Collected data entries:
○ ○ ○

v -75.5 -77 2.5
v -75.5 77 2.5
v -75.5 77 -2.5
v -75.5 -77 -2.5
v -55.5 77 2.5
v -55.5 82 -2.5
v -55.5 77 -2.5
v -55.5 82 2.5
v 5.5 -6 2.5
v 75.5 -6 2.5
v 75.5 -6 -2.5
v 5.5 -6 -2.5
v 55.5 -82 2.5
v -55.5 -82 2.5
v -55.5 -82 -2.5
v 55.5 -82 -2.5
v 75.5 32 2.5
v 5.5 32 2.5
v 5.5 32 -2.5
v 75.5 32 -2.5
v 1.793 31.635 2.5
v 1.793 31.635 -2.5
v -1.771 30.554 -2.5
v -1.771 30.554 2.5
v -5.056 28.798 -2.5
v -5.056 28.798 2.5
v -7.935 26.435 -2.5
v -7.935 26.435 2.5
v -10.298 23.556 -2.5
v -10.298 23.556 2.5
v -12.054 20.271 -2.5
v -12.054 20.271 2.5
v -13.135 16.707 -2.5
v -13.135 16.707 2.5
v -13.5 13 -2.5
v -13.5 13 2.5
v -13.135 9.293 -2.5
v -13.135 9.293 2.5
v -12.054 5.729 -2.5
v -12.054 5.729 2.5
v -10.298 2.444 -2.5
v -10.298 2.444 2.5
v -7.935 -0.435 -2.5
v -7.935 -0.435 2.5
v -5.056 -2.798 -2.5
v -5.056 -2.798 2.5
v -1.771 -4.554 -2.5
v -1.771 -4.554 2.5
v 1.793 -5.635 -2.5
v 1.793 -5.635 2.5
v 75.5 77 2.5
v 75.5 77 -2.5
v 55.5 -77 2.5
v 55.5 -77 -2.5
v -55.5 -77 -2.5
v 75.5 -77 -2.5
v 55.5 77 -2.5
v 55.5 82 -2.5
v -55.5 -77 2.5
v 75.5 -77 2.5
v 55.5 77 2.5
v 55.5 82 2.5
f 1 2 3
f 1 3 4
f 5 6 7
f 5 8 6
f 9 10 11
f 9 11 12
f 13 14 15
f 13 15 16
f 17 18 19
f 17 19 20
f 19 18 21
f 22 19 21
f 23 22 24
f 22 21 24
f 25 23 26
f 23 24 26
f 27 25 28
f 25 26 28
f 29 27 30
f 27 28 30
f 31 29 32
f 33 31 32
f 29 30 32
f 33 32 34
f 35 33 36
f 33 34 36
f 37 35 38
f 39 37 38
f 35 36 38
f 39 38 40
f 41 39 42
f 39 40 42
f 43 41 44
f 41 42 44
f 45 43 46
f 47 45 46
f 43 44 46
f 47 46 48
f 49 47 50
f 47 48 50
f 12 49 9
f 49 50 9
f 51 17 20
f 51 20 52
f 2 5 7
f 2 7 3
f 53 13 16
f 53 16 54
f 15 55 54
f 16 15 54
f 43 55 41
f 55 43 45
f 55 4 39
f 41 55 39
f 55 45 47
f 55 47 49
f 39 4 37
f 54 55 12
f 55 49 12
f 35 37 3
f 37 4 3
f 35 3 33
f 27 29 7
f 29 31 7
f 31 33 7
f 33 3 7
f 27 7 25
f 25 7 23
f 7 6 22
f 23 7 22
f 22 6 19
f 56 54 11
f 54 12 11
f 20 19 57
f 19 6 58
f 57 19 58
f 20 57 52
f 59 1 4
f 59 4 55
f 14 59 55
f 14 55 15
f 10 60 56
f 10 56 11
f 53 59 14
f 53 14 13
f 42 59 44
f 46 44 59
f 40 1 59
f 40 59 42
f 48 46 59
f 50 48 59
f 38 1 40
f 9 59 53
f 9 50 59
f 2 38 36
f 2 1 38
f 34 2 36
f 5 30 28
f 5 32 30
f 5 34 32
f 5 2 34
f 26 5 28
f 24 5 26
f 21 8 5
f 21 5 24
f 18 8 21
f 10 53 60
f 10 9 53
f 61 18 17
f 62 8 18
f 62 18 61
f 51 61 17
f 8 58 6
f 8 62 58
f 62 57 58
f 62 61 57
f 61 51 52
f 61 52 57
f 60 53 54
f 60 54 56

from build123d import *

# Parameters (mm, degrees)
PAD_DEPTH = 2.5


with BuildPart() as part:
    # Sketch → Pad (new body, symmetric)
    with BuildSketch(Plane.XY):
        with BuildLine():
            Line((-55.5, 82), (-55.5, 77))
            Line((-55.5, 77), (-75.5, 77))
            Line((-75.5, 77), (-75.5, -77))
            Line((-75.5, -77), (-55.5, -77))
            Line((-55.5, -77), (-55.5, -82))
            Line((-55.5, -82), (55.5, -82))
            Line((55.5, -82), (55.5, -77))
            Line((55.5, -77), (75.5, -77))
            Line((75.5, -77), (75.5, -6))
            Line((75.5, -6), (5.5, -6))
            ThreePointArc((5.5, 32), (-13.5, 13), (5.5, -6))
            Line((5.5, 32), (75.5, 32))
            Line((75.5, 32), (75.5, 77))
            Line((75.5, 77), (55.5, 77))
            Line((55.5, 77), (55.5, 82))
            Line((55.5, 82), (-55.5, 82))
        make_face()
    extrude(amount=PAD_DEPTH, both=True)


solid = part.part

○ ○ ○

## TASK REQUIREMENTS
I would like you to output every record exactly as written.

## COMPLETED EXERCISE
v -75.5 -77 2.5
v -75.5 77 2.5
v -75.5 77 -2.5
v -75.5 -77 -2.5
v -55.5 77 2.5
v -55.5 82 -2.5
v -55.5 77 -2.5
v -55.5 82 2.5
v 5.5 -6 2.5
v 75.5 -6 2.5
v 75.5 -6 -2.5
v 5.5 -6 -2.5
v 55.5 -82 2.5
v -55.5 -82 2.5
v -55.5 -82 -2.5
v 55.5 -82 -2.5
v 75.5 32 2.5
v 5.5 32 2.5
v 5.5 32 -2.5
v 75.5 32 -2.5
v 1.793 31.635 2.5
v 1.793 31.635 -2.5
v -1.771 30.554 -2.5
v -1.771 30.554 2.5
v -5.056 28.798 -2.5
v -5.056 28.798 2.5
v -7.935 26.435 -2.5
v -7.935 26.435 2.5
v -10.298 23.556 -2.5
v -10.298 23.556 2.5
v -12.054 20.271 -2.5
v -12.054 20.271 2.5
v -13.135 16.707 -2.5
v -13.135 16.707 2.5
v -13.5 13 -2.5
v -13.5 13 2.5
v -13.135 9.293 -2.5
v -13.135 9.293 2.5
v -12.054 5.729 -2.5
v -12.054 5.729 2.5
v -10.298 2.444 -2.5
v -10.298 2.444 2.5
v -7.935 -0.435 -2.5
v -7.935 -0.435 2.5
v -5.056 -2.798 -2.5
v -5.056 -2.798 2.5
v -1.771 -4.554 -2.5
v -1.771 -4.554 2.5
v 1.793 -5.635 -2.5
v 1.793 -5.635 2.5
v 75.5 77 2.5
v 75.5 77 -2.5
v 55.5 -77 2.5
v 55.5 -77 -2.5
v -55.5 -77 -2.5
v 75.5 -77 -2.5
v 55.5 77 -2.5
v 55.5 82 -2.5
v -55.5 -77 2.5
v 75.5 -77 2.5
v 55.5 77 2.5
v 55.5 82 2.5
f 1 2 3
f 1 3 4
f 5 6 7
f 5 8 6
f 9 10 11
f 9 11 12
f 13 14 15
f 13 15 16
f 17 18 19
f 17 19 20
f 19 18 21
f 22 19 21
f 23 22 24
f 22 21 24
f 25 23 26
f 23 24 26
f 27 25 28
f 25 26 28
f 29 27 30
f 27 28 30
f 31 29 32
f 33 31 32
f 29 30 32
f 33 32 34
f 35 33 36
f 33 34 36
f 37 35 38
f 39 37 38
f 35 36 38
f 39 38 40
f 41 39 42
f 39 40 42
f 43 41 44
f 41 42 44
f 45 43 46
f 47 45 46
f 43 44 46
f 47 46 48
f 49 47 50
f 47 48 50
f 12 49 9
f 49 50 9
f 51 17 20
f 51 20 52
f 2 5 7
f 2 7 3
f 53 13 16
f 53 16 54
f 15 55 54
f 16 15 54
f 43 55 41
f 55 43 45
f 55 4 39
f 41 55 39
f 55 45 47
f 55 47 49
f 39 4 37
f 54 55 12
f 55 49 12
f 35 37 3
f 37 4 3
f 35 3 33
f 27 29 7
f 29 31 7
f 31 33 7
f 33 3 7
f 27 7 25
f 25 7 23
f 7 6 22
f 23 7 22
f 22 6 19
f 56 54 11
f 54 12 11
f 20 19 57
f 19 6 58
f 57 19 58
f 20 57 52
f 59 1 4
f 59 4 55
f 14 59 55
f 14 55 15
f 10 60 56
f 10 56 11
f 53 59 14
f 53 14 13
f 42 59 44
f 46 44 59
f 40 1 59
f 40 59 42
f 48 46 59
f 50 48 59
f 38 1 40
f 9 59 53
f 9 50 59
f 2 38 36
f 2 1 38
f 34 2 36
f 5 30 28
f 5 32 30
f 5 34 32
f 5 2 34
f 26 5 28
f 24 5 26
f 21 8 5
f 21 5 24
f 18 8 21
f 10 53 60
f 10 9 53
f 61 18 17
f 62 8 18
f 62 18 61
f 51 61 17
f 8 58 6
f 8 62 58
f 62 57 58
f 62 61 57
f 61 51 52
f 61 52 57
f 60 53 54
f 60 54 56

from build123d import *

# Parameters (mm, degrees)
PAD_DEPTH = 2.5


with BuildPart() as part:
    # Sketch → Pad (new body, symmetric)
    with BuildSketch(Plane.XY):
        with BuildLine():
            Line((-55.5, 82), (-55.5, 77))
            Line((-55.5, 77), (-75.5, 77))
            Line((-75.5, 77), (-75.5, -77))
            Line((-75.5, -77), (-55.5, -77))
            Line((-55.5, -77), (-55.5, -82))
            Line((-55.5, -82), (55.5, -82))
            Line((55.5, -82), (55.5, -77))
            Line((55.5, -77), (75.5, -77))
            Line((75.5, -77), (75.5, -6))
            Line((75.5, -6), (5.5, -6))
            ThreePointArc((5.5, 32), (-13.5, 13), (5.5, -6))
            Line((5.5, 32), (75.5, 32))
            Line((75.5, 32), (75.5, 77))
            Line((75.5, 77), (55.5, 77))
            Line((55.5, 77), (55.5, 82))
            Line((55.5, 82), (-55.5, 82))
        make_face()
    extrude(amount=PAD_DEPTH, both=True)


solid = part.part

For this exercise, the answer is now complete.